Judge Robert J. Elgee ruled on Monday that the Blaine County School District can amend its counterclaim against energy contractor McKinstry Essention to include additional claims of fraud by the company in work it did for the School District.
The ruling came in Blaine County 5th District Court when School District attorneys argued that they had found additional evidence through discovery and depositions to substantiate their claims. Attorneys for McKinstry Essention were present at the hearing via telephone hookup.
In earlier court proceedings regarding the district’s fraud claims, Elgee told the litigants that claims of fraud needed to be backed up by evidence before he would allow the claims into the lawsuit.

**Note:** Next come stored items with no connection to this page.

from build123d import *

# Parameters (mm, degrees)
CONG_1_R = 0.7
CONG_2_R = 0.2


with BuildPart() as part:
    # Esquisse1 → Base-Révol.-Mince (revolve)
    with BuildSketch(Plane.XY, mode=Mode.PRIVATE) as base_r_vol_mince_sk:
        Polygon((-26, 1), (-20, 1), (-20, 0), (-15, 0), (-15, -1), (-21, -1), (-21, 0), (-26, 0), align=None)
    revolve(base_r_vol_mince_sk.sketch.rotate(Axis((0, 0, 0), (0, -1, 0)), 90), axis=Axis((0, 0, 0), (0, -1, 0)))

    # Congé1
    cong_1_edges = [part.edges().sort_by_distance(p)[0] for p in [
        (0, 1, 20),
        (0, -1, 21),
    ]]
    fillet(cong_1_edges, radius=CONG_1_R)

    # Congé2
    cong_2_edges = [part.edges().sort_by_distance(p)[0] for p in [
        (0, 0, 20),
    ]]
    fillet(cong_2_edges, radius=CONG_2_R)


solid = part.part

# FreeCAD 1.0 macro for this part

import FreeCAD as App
import Part
import Sketcher
from FreeCAD import Vector


def edges_at(feature, points):
    """Names of the edges that pass closest to the given points."""
    edges = feature.Shape.Edges
    near = lambda p: min(range(len(edges)), key=lambda i: edges[i].distToShape(Part.Vertex(*p))[0])
    return sorted({f"Edge{near(p) + 1}" for p in points})


def add_polygon(sketch, points):
    """Adds a closed chain of lines whose ends are joined by coincident constraints."""
    first, n = sketch.GeometryCount, len(points)
    for a, b in zip(points, points[1:] + points[:1]):
        sketch.addGeometry(Part.LineSegment(App.Vector(*a, 0), App.Vector(*b, 0)), False)
    for i in range(n):
        sketch.addConstraint(Sketcher.Constraint("Coincident", first + i, 2, first + (i + 1) % n, 1))

doc = App.newDocument("Part")
body = doc.addObject("PartDesign::Body", "Body")

# Sketch on XY plane
sketch1 = body.newObject("Sketcher::SketchObject", "Sketch")
sketch1.AttachmentSupport = (doc.getObject("XY_Plane"), [""])
sketch1.MapMode = "FlatFace"
add_polygon(sketch1, [(-20, 1), (-26, 1), (-26, 0), (-21, 0), (-21, -1), (-15, -1), (-15, 0), (-20, 0)])  # lines 0-7
sketch1.addConstraint([
    Sketcher.Constraint("Horizontal", 0),
    Sketcher.Constraint("Vertical", 1),
    Sketcher.Constraint("Horizontal", 2),
    Sketcher.Constraint("Vertical", 3),
    Sketcher.Constraint("Horizontal", 4),
    Sketcher.Constraint("Vertical", 5),
    Sketcher.Constraint("Horizontal", 6),
    Sketcher.Constraint("Vertical", 7),
    Sketcher.Constraint("PointOnObject", 1, 2, -1),
    Sketcher.Constraint("PointOnObject", 5, 2, -1),
    Sketcher.Constraint("Equal", 0, 4),
    Sketcher.Constraint("Equal", 1, 3),
    Sketcher.Constraint("DistanceX", 0, 2, 0, 1, 6.0),
    Sketcher.Constraint("DistanceX", 2, 1, 2, 2, 5.0),
    Sketcher.Constraint("DistanceY", 1, 2, 1, 1, 1.0),
    Sketcher.Constraint("DistanceX", 0, 2, -1, 1, 26.0),
])
revolution = body.newObject("PartDesign::Revolution", "Revolution")
revolution.Profile = sketch1
revolution.ReferenceAxis = (sketch1, ["V_Axis"])
revolution.Angle = 360
doc.recompute()

fillet = body.newObject("PartDesign::Fillet", "Fillet")
fillet.Base = (revolution, edges_at(revolution, [(0, 1, 20), (0, -1, 21)]))
fillet.Radius = 0.7
doc.recompute()

fillet2 = body.newObject("PartDesign::Fillet", "Fillet001")
fillet2.Base = (fillet, edges_at(fillet, [(0, 0, 20)]))
fillet2.Radius = 0.2

doc.recompute()
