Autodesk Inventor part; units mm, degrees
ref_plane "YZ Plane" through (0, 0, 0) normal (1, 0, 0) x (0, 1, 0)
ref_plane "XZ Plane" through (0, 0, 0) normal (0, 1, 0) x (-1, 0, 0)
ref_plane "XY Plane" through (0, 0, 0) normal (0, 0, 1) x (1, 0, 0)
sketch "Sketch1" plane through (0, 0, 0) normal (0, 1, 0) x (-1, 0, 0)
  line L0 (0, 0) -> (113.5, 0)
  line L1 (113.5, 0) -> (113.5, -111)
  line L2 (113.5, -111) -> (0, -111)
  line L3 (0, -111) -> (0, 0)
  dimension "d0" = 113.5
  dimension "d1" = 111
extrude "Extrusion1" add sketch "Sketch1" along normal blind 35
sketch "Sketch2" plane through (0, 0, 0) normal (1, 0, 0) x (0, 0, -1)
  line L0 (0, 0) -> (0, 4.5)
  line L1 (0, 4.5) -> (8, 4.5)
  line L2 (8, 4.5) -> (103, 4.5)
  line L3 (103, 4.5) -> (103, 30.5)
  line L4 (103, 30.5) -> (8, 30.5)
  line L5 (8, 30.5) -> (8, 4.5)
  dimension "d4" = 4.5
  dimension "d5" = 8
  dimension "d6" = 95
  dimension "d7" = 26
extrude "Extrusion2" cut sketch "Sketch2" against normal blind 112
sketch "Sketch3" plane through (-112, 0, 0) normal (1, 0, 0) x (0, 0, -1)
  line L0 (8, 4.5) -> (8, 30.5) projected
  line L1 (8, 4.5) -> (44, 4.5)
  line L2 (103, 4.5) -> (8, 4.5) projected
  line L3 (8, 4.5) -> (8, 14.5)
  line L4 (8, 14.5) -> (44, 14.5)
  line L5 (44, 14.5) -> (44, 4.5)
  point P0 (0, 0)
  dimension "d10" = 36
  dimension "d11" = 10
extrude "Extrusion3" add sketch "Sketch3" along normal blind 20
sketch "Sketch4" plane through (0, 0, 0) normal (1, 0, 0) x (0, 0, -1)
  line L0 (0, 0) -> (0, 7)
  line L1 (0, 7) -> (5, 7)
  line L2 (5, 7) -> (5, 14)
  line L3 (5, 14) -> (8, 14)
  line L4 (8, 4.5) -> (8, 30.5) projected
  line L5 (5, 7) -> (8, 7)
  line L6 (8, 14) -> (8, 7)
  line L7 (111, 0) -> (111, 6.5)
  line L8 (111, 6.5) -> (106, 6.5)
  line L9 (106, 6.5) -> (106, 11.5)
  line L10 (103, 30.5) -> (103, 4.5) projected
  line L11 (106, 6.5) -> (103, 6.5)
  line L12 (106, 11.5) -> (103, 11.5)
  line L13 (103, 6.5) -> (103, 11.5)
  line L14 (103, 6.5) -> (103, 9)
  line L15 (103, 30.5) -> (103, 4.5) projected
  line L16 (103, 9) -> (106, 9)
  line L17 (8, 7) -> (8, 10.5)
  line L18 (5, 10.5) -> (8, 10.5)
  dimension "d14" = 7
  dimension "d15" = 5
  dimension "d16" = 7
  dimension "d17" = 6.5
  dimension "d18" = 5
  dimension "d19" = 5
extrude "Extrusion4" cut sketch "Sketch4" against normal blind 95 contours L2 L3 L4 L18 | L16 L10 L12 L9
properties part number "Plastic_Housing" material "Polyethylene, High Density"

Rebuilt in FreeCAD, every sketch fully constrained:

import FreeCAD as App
import Part
import Sketcher
from FreeCAD import Vector
Q = App.Units.Quantity

doc = App.newDocument("Part")
body = doc.addObject("PartDesign::Body", "Body")

# Sketch on XZ plane
sketch1 = doc.addObject("Sketcher::SketchObject", "Sketch")
body.addObject(sketch1)
sketch1.AttachmentSupport = (doc.XZ_Plane, [""])
sketch1.MapMode = "FlatFace"
sketch1.addGeometry(Part.LineSegment(Vector(-114, 0, 0), Vector(0, 0, 0)), False)
sketch1.addGeometry(Part.LineSegment(Vector(0, 0, 0), Vector(0, -111, 0)), False)
sketch1.addGeometry(Part.LineSegment(Vector(0, -111, 0), Vector(-114, -111, 0)), False)
sketch1.addGeometry(Part.LineSegment(Vector(-114, -111, 0), Vector(-114, 0, 0)), False)
sketch1.addConstraint(Sketcher.Constraint("Coincident", 0, 2, 1, 1))
sketch1.addConstraint(Sketcher.Constraint("Coincident", 1, 2, 2, 1))
sketch1.addConstraint(Sketcher.Constraint("Coincident", 2, 2, 3, 1))
sketch1.addConstraint(Sketcher.Constraint("Coincident", 3, 2, 0, 1))
sketch1.addConstraint(Sketcher.Constraint("Horizontal", 0))
sketch1.addConstraint(Sketcher.Constraint("Vertical", 1))
sketch1.addConstraint(Sketcher.Constraint("Horizontal", 2))
sketch1.addConstraint(Sketcher.Constraint("Vertical", 3))
sketch1.addConstraint(Sketcher.Constraint("Coincident", 0, 2, -1, 1))
sketch1.addConstraint(Sketcher.Constraint("DistanceY", 1, 2, 1, 1, Q("111 mm")))
sketch1.addConstraint(Sketcher.Constraint("DistanceX", 0, 1, 0, 2, Q("113.5 mm")))
pad1 = doc.addObject("PartDesign::Pad", "Pad")
body.addObject(pad1)
pad1.Profile = sketch1
pad1.Length = 35
pad1.Reversed = True

# Sketch on YZ plane
sketch2 = doc.addObject("Sketcher::SketchObject", "Sketch001")
body.addObject(sketch2)
sketch2.AttachmentSupport = (doc.YZ_Plane, [""])
sketch2.MapMode = "FlatFace"
sketch2.addGeometry(Part.LineSegment(Vector(30, -8, 0), Vector(4, -8, 0)), False)
sketch2.addGeometry(Part.LineSegment(Vector(4, -8, 0), Vector(4, -103, 0)), False)
sketch2.addGeometry(Part.LineSegment(Vector(4, -103, 0), Vector(30, -103, 0)), False)
sketch2.addGeometry(Part.LineSegment(Vector(30, -103, 0), Vector(30, -8, 0)), False)
sketch2.addConstraint(Sketcher.Constraint("Coincident", 0, 2, 1, 1))
sketch2.addConstraint(Sketcher.Constraint("Coincident", 1, 2, 2, 1))
sketch2.addConstraint(Sketcher.Constraint("Coincident", 2, 2, 3, 1))
sketch2.addConstraint(Sketcher.Constraint("Coincident", 3, 2, 0, 1))
sketch2.addConstraint(Sketcher.Constraint("Horizontal", 0))
sketch2.addConstraint(Sketcher.Constraint("Vertical", 1))
sketch2.addConstraint(Sketcher.Constraint("Horizontal", 2))
sketch2.addConstraint(Sketcher.Constraint("Vertical", 3))
sketch2.addConstraint(Sketcher.Constraint("DistanceX", 0, 2, 0, 1, Q("26 mm")))
sketch2.addConstraint(Sketcher.Constraint("DistanceY", 1, 2, 1, 1, Q("95 mm")))
sketch2.addConstraint(Sketcher.Constraint("DistanceY", 0, 2, -1, 1, Q("8 mm")))
sketch2.addConstraint(Sketcher.Constraint("DistanceX", -1, 1, 0, 2, Q("4.5 mm")))
pocket1 = doc.addObject("PartDesign::Pocket", "Pocket")
body.addObject(pocket1)
pocket1.Profile = sketch2
pocket1.Length = 112

# Sketch on YZ plane
sketch3 = doc.addObject("Sketcher::SketchObject", "Sketch002")
body.addObject(sketch3)
sketch3.AttachmentSupport = (doc.YZ_Plane, [""])
sketch3.MapMode = "FlatFace"
sketch3.AttachmentOffset = App.Placement(Vector(0, 0, -112), App.Rotation())
sketch3.addGeometry(Part.LineSegment(Vector(14, -8, 0), Vector(4, -8, 0)), False)
sketch3.addGeometry(Part.LineSegment(Vector(4, -8, 0), Vector(4, -44, 0)), False)
sketch3.addGeometry(Part.LineSegment(Vector(4, -44, 0), Vector(14, -44, 0)), False)
sketch3.addGeometry(Part.LineSegment(Vector(14, -44, 0), Vector(14, -8, 0)), False)
sketch3.addConstraint(Sketcher.Constraint("Coincident", 0, 2, 1, 1))
sketch3.addConstraint(Sketcher.Constraint("Coincident", 1, 2, 2, 1))
sketch3.addConstraint(Sketcher.Constraint("Coincident", 2, 2, 3, 1))
sketch3.addConstraint(Sketcher.Constraint("Coincident", 3, 2, 0, 1))
sketch3.addConstraint(Sketcher.Constraint("Horizontal", 0))
sketch3.addConstraint(Sketcher.Constraint("Vertical", 1))
sketch3.addConstraint(Sketcher.Constraint("Horizontal", 2))
sketch3.addConstraint(Sketcher.Constraint("Vertical", 3))
sketch3.addConstraint(Sketcher.Constraint("DistanceX", 0, 2, 0, 1, Q("10 mm")))
sketch3.addConstraint(Sketcher.Constraint("DistanceY", 1, 2, 1, 1, Q("36 mm")))
sketch3.addConstraint(Sketcher.Constraint("DistanceY", 0, 2, -1, 1, Q("8 mm")))
sketch3.addConstraint(Sketcher.Constraint("DistanceX", -1, 1, 0, 2, Q("4.5 mm")))
pad2 = doc.addObject("PartDesign::Pad", "Pad001")
body.addObject(pad2)
pad2.Profile = sketch3
pad2.Length = 20

# Sketch on YZ plane
sketch4 = doc.addObject("Sketcher::SketchObject", "Sketch003")
body.addObject(sketch4)
sketch4.AttachmentSupport = (doc.YZ_Plane, [""])
sketch4.MapMode = "FlatFace"
sketch4.addGeometry(Part.LineSegment(Vector(14, -5, 0), Vector(10.5, -5, 0)), False)
sketch4.addGeometry(Part.LineSegment(Vector(10.5, -5, 0), Vector(10.5, -8, 0)), False)
sketch4.addGeometry(Part.LineSegment(Vector(10.5, -8, 0), Vector(14, -8, 0)), False)
sketch4.addGeometry(Part.LineSegment(Vector(14, -8, 0), Vector(14, -5, 0)), False)
sketch4.addGeometry(Part.LineSegment(Vector(9, -103, 0), Vector(9, -106, 0)), False)
sketch4.addGeometry(Part.LineSegment(Vector(9, -106, 0), Vector(11.5, -106, 0)), False)
sketch4.addGeometry(Part.LineSegment(Vector(11.5, -106, 0), Vector(11.5, -103, 0)), False)
sketch4.addGeometry(Part.LineSegment(Vector(11.5, -103, 0), Vector(9, -103, 0)), False)
sketch4.addConstraint(Sketcher.Constraint("Coincident", 0, 2, 1, 1))
sketch4.addConstraint(Sketcher.Constraint("Coincident", 1, 2, 2, 1))
sketch4.addConstraint(Sketcher.Constraint("Coincident", 2, 2, 3, 1))
sketch4.addConstraint(Sketcher.Constraint("Coincident", 3, 2, 0, 1))
sketch4.addConstraint(Sketcher.Constraint("Coincident", 4, 2, 5, 1))
sketch4.addConstraint(Sketcher.Constraint("Coincident", 5, 2, 6, 1))
sketch4.addConstraint(Sketcher.Constraint("Coincident", 6, 2, 7, 1))
sketch4.addConstraint(Sketcher.Constraint("Coincident", 7, 2, 4, 1))
sketch4.addConstraint(Sketcher.Constraint("Horizontal", 0))
sketch4.addConstraint(Sketcher.Constraint("Vertical", 1))
sketch4.addConstraint(Sketcher.Constraint("Horizontal", 2))
sketch4.addConstraint(Sketcher.Constraint("Vertical", 3))
sketch4.addConstraint(Sketcher.Constraint("Vertical", 4))
sketch4.addConstraint(Sketcher.Constraint("Horizontal", 5))
sketch4.addConstraint(Sketcher.Constraint("Vertical", 6))
sketch4.addConstraint(Sketcher.Constraint("Horizontal", 7))
sketch4.addConstraint(Sketcher.Constraint("Equal", 3, 4))
sketch4.addConstraint(Sketcher.Constraint("DistanceY", 0, 2, -1, 1, Q("5 mm")))
sketch4.addConstraint(Sketcher.Constraint("DistanceX", 4, 2, 2, 2, Q("5 mm")))
sketch4.addConstraint(Sketcher.Constraint("DistanceY", 1, 2, 1, 1, Q("3 mm")))
sketch4.addConstraint(Sketcher.Constraint("DistanceX", 0, 2, 0, 1, Q("3.5 mm")))
sketch4.addConstraint(Sketcher.Constraint("DistanceX", 5, 1, 5, 2, Q("2.5 mm")))
sketch4.addConstraint(Sketcher.Constraint("DistanceX", -1, 1, 2, 2, Q("14 mm")))
sketch4.addConstraint(Sketcher.Constraint("DistanceY", 4, 2, -1, 1, Q("106 mm")))
pocket2 = doc.addObject("PartDesign::Pocket", "Pocket001")
body.addObject(pocket2)
pocket2.Profile = sketch4
pocket2.Length = 95

doc.recompute()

Ultimately, unless a settlement is reached in the case, a determination of whether or not McKinstry employees committed fraud will be made by a jury. The case is set to go to trial on April 8, 2014.
The lawsuit, filed in May 2012, stems from a contract the parties entered into in 2010 for energy savings performance work at eight district schools or facilities. McKinstry has claimed that it performed work worth $25 million and that the district still owes the company about $7 million. The School District contends that it authorized work for only $18.6 million and is claiming damages against McKinstry for at least that amount.
The district’s latest fraud claims, accepted by the court now as part of the lawsuit, are found in documents filed with the court on June 17.
In a document signed by School District attorney Robert L. Bilow, of the Boise law firm Greener Burke Shoemaker Oberrecht, Bilow contends that: “The evidence of McKinstry’s fraud in this matter is overwhelming.”
McKinstry spokeswoman Heidi De Laubenfels did not respond to a request by the Idaho Mountain Express for comment by press deadline Wednesday.
Bilow wrote that the district’s fraud claims are “based on facts discovered through the discovery process, including multiple depositions of McKinstry employees and the production of tens of thousands of internal documents by McKinstry.”
Bilow further accuses McKinstry of a “comprehensive plan of fraudulent billings,” in an attempt to “overbill the district millions of dollars.”
He contends that McKinstry employees committed fraud by intentionally promising “guaranteed savings sufficient to pay for the cost of the work” and noted that McKinstry employees are now saying that no such guarantees were ever intended.
“McKinstry’s internal documents revealing the deception reach the highest executive levels of McKinstry,” Bilow wrote. “The documents show employees brazenly describing how to ‘try and hide money’ through ‘funny math’ including ‘buried margin’ and keeping two sets of books which include ‘a number to show the customer and then a different number to which would actually appear as cost.’”
Bilow accuses McKinstry’s Chief Financial Officer Bill Teplicky of authorizing a “document entitled ‘Disruption Strategy’ wherein the district is identified as the ‘enemy.’” Bilow wrote that the document focuses on “squeezing the district for even more funds by claiming additional work.”
He accuses McKinstry of overbilling for equipment as well as for labor.
Funding for the work under the McKinstry project came mainly from a 10-year, $59.8 million plant facilities levy approved by Blaine County voters in 2009.
However, $5 million in funding came from a U.S. Department of Energy grant.
Bilow contends in the court filings that McKinstry even committed fraud in helping the School District obtain the DOE grant.
“The Department of Energy specifically indicated one of the strengths in providing the grant was that McKinstry agreed to guarantee the savings,” Bilow wrote. “McKinstry represented to the district and the U.S. government that there would be energy savings sufficient to pay for the total cost of improvements while knowing that there would be insufficient energy savings for the project.”
Also at Monday’s court hearing, Elgee ordered that McKinstry, as part of discovery, turn additional documents over to the School District that had been requested but not provided.